I'm sure there are more than a few gems.

 _Isn't the scientific ideal all about openness and reproducible analyses?_

Yes, but when someone applies such a strong political ideology to twisting
those analyses, how do you propose scientists respond?

Climate change has been so politicized by unqualified ideologues that I can
hardly blame scientists for wishing to defend themselves from the worst of
them.

If anything, these e-mails demonstrate that the data _IS_ shared independently
evaluated, but that the community has established political defenses to deal
with political -- not scientific -- opponents.
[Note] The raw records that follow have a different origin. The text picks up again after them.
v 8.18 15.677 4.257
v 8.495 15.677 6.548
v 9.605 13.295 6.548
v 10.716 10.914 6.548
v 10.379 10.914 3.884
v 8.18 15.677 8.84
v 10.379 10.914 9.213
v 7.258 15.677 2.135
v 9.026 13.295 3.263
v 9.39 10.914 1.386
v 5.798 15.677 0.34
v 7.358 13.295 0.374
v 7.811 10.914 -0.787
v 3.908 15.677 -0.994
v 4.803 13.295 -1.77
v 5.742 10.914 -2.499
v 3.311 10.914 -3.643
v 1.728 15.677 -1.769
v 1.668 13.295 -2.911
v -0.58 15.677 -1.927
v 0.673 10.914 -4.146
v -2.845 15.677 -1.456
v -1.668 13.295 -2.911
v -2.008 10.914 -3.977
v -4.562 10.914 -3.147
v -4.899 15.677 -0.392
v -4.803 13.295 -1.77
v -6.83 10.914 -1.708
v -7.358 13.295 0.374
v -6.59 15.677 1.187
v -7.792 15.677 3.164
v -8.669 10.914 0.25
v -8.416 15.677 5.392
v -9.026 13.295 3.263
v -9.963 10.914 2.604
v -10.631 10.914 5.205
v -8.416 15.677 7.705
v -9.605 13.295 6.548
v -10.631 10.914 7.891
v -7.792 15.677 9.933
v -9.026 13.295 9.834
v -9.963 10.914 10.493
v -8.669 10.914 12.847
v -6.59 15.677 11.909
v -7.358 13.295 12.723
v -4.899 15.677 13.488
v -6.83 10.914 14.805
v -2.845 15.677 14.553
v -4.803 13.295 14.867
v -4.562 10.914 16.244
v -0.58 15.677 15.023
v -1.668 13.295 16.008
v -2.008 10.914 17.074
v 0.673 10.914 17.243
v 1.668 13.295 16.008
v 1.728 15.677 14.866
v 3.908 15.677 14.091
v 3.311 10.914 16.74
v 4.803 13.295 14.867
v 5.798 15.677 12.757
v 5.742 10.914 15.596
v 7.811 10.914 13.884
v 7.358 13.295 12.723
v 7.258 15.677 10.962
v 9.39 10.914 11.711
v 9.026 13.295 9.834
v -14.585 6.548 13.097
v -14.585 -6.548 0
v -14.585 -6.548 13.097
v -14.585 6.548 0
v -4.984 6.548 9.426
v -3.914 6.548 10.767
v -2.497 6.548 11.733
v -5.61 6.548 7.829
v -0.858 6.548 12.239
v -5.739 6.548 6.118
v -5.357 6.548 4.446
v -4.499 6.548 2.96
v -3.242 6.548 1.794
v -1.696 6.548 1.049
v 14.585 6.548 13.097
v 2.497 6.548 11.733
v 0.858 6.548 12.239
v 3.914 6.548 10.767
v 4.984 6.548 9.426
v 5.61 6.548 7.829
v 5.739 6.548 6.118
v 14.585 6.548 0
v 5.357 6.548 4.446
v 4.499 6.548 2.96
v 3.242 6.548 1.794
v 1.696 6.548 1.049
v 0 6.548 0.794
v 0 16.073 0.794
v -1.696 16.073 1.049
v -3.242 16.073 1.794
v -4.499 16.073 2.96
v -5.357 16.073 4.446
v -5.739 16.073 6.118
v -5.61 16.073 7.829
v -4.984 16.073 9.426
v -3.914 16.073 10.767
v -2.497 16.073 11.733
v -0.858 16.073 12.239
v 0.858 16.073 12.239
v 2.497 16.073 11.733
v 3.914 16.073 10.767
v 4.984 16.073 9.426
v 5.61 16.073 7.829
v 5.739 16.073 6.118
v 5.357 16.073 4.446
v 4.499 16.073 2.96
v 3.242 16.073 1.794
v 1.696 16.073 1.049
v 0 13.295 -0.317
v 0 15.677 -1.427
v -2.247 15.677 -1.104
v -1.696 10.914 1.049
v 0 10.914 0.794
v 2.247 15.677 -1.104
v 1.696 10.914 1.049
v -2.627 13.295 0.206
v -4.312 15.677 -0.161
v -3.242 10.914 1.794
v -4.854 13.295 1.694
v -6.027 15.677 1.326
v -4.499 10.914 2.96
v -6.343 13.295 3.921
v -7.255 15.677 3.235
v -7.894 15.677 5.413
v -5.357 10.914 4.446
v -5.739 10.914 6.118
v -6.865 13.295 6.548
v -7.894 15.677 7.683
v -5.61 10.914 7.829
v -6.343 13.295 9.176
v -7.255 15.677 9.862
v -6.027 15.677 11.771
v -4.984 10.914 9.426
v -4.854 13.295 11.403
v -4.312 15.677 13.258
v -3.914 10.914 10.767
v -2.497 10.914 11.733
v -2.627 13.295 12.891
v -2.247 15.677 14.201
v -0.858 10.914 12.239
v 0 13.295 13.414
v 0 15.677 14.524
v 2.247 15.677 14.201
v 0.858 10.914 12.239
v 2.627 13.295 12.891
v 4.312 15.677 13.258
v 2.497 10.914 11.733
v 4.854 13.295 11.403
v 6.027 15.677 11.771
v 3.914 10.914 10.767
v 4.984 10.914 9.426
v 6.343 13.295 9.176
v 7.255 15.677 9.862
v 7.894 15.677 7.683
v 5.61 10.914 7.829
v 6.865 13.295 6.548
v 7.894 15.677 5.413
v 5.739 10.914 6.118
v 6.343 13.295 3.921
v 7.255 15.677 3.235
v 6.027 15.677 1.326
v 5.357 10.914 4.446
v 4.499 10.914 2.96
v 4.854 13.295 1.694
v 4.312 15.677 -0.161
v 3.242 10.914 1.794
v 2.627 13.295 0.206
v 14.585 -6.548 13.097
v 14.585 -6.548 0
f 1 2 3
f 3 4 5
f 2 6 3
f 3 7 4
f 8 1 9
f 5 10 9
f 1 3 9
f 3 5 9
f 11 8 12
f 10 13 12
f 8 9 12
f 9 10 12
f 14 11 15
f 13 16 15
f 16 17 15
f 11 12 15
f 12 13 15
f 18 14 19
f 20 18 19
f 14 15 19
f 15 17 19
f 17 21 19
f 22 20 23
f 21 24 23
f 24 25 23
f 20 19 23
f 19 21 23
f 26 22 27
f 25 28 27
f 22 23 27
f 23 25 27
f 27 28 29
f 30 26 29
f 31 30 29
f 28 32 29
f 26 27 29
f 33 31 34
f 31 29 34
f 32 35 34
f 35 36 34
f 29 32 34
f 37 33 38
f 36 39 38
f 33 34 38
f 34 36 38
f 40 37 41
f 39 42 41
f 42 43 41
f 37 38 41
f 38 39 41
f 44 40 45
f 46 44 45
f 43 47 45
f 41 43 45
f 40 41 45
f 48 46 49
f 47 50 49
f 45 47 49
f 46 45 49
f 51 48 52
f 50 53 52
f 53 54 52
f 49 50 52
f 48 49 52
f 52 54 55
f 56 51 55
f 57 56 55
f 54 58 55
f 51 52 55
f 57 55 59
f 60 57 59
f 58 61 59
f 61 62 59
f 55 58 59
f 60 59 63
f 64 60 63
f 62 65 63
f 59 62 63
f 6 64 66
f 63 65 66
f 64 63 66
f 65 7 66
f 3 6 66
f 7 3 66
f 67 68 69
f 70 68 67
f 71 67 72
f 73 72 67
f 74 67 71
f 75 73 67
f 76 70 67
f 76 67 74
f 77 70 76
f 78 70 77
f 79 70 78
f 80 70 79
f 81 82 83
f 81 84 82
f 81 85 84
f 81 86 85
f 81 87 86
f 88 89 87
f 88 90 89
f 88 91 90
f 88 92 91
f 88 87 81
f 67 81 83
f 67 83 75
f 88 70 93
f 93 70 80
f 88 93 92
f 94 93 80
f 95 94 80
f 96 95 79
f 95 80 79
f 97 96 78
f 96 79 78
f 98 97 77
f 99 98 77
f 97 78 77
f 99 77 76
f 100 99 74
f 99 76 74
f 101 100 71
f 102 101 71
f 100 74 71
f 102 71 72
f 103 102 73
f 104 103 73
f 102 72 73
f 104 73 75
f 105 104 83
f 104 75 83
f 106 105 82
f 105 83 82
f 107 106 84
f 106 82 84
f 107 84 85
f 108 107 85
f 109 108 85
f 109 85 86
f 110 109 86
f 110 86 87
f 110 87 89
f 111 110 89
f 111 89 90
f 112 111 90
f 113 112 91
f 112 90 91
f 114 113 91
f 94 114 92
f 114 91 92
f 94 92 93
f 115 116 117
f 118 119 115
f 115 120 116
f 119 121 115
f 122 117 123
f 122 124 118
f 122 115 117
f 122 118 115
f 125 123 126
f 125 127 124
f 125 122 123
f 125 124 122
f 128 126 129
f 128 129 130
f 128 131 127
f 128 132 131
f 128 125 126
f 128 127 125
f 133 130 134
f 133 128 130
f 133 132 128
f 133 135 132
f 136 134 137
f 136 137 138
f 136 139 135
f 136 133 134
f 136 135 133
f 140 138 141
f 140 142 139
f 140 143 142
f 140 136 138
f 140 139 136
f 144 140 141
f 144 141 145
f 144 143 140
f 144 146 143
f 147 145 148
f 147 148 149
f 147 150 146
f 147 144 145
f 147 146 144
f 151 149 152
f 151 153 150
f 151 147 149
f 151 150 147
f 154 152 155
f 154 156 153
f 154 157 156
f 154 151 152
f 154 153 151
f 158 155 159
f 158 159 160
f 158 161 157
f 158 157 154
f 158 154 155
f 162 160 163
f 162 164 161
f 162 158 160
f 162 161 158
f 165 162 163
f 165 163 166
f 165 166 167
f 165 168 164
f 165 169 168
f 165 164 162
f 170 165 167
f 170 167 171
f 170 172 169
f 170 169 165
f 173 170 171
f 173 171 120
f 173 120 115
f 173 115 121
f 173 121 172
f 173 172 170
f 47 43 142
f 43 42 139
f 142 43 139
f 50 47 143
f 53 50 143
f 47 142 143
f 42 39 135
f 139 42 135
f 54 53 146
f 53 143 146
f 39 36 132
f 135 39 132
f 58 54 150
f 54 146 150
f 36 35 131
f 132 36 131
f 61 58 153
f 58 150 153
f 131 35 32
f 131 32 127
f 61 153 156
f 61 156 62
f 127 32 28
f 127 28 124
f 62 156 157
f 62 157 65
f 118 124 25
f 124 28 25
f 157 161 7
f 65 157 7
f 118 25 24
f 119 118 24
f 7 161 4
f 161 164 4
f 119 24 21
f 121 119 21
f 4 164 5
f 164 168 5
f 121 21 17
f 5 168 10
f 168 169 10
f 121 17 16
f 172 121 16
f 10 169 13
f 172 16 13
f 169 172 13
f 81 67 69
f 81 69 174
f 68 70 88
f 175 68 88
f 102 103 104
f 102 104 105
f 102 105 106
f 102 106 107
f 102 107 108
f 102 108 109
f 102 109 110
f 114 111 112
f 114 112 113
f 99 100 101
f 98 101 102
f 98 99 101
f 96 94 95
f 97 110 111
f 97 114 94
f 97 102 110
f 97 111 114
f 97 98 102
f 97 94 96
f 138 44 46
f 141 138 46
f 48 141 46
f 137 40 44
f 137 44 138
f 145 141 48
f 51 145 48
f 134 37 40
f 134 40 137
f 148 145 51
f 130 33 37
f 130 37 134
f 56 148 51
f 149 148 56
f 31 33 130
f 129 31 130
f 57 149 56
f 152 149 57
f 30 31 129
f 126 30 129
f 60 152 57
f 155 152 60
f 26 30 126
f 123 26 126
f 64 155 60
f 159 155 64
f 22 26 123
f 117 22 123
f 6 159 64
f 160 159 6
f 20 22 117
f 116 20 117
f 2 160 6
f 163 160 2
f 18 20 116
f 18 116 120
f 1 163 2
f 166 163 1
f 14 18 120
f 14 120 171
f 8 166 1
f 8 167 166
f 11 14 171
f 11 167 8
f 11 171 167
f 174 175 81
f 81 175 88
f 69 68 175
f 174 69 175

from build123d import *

# Parameters (mm, degrees)
SKETCH1_W           = 29.1703125
SKETCH1_H           = 13.096875
BOSS_EXTRUDE1_DEPTH = 13.096875
SKETCH2_R           = 5.7546875
BOSS_EXTRUDE2_DEPTH = 9.525
BOSS_EXTRUDE3_START = -5.159375
SKETCH3_R           = 10.715625
SKETCH3_R_2         = 5.7546875
BOSS_EXTRUDE3_DEPTH = 4.7625
BOSS_EXTRUDE3_DRAFT = 25


with BuildPart() as part:
    # Sketch1 → Boss-Extrude1 (new body)
    with BuildSketch(Plane.XY):
        Rectangle(SKETCH1_W, SKETCH1_H)
    extrude(amount=BOSS_EXTRUDE1_DEPTH)

    # Sketch2 → Boss-Extrude2 (add)
    with BuildSketch(Plane(origin=(0, 6.5484375, 0), x_dir=(1, 0, 0), z_dir=(0, 1, 0))):
        with Locations(Location((0, -6.5484375, 0), (0, 0, 90))):
            Circle(SKETCH2_R)
    extrude(amount=BOSS_EXTRUDE2_DEPTH)


with BuildPart() as body_2:
    # Sketch3 → Boss-Extrude3 (with draft: the straight prism first)
    with BuildSketch(Plane(origin=(0, 16.0734375, 0), x_dir=(1, 0, 0), z_dir=(0, 1, 0)).offset(BOSS_EXTRUDE3_START)):
        with Locations((0, -6.5484375)):
            Circle(SKETCH3_R)
        with Locations(Location((0, -6.5484375, 0), (0, 0, 90))):
            Circle(SKETCH3_R_2, mode=Mode.SUBTRACT)
    extrude(amount=BOSS_EXTRUDE3_DEPTH)
    # Boss-Extrude3: the draft: its side faces are tilted about the plane it starts from
    boss_extrude3_sides = [body_2.faces().sort_by_distance(p)[0] for p in [
        (-10.715625, 13.2953125, 6.5484375),
        (0, 13.2953125, 12.303125),
    ]]
    draft(boss_extrude3_sides, Plane(origin=(0, 16.0734375, 0), x_dir=(1, 0, 0), z_dir=(0, 1, 0)).offset(BOSS_EXTRUDE3_START), BOSS_EXTRUDE3_DRAFT)


solid = Compound([part.part, body_2.part])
To do otherwise would be naive. Complex topics fall easily to those who would
politicize them.

 _These emails make it look like the new ideal is supporting the "correct"
political agenda._

No, they demonstrate a clear interest in defending against the attacks of a
very specific set of ideologues.

As someone who has had to defend engineering projects and people from angry
corporate politics, I don't envy these climate change scientists in the least,
and I certainly don't begrudge them their defensive positions.

------
crux_
Thought experiment: What would internal correspondence look like in
evolutionary biology circles if the intelligent design movement had the
resources of those who seek to refute the man-made climate change hypothesis?

For a taste of what they already deal with:
<http://rationalwiki.com/wiki/Lenski_affair>

Thought experiment continued: What if the intelligent design movement is
right, and the theory of evolution had subtle flaws that were kept under
wraps? Would the hypothetical internal correspondence be different in any way?

All this release does is shine the light on the inevitable politicization of
the process; it says nothing about the conclusions. (The sausage-making
process doesn't necessarily make them wrong -- or right.)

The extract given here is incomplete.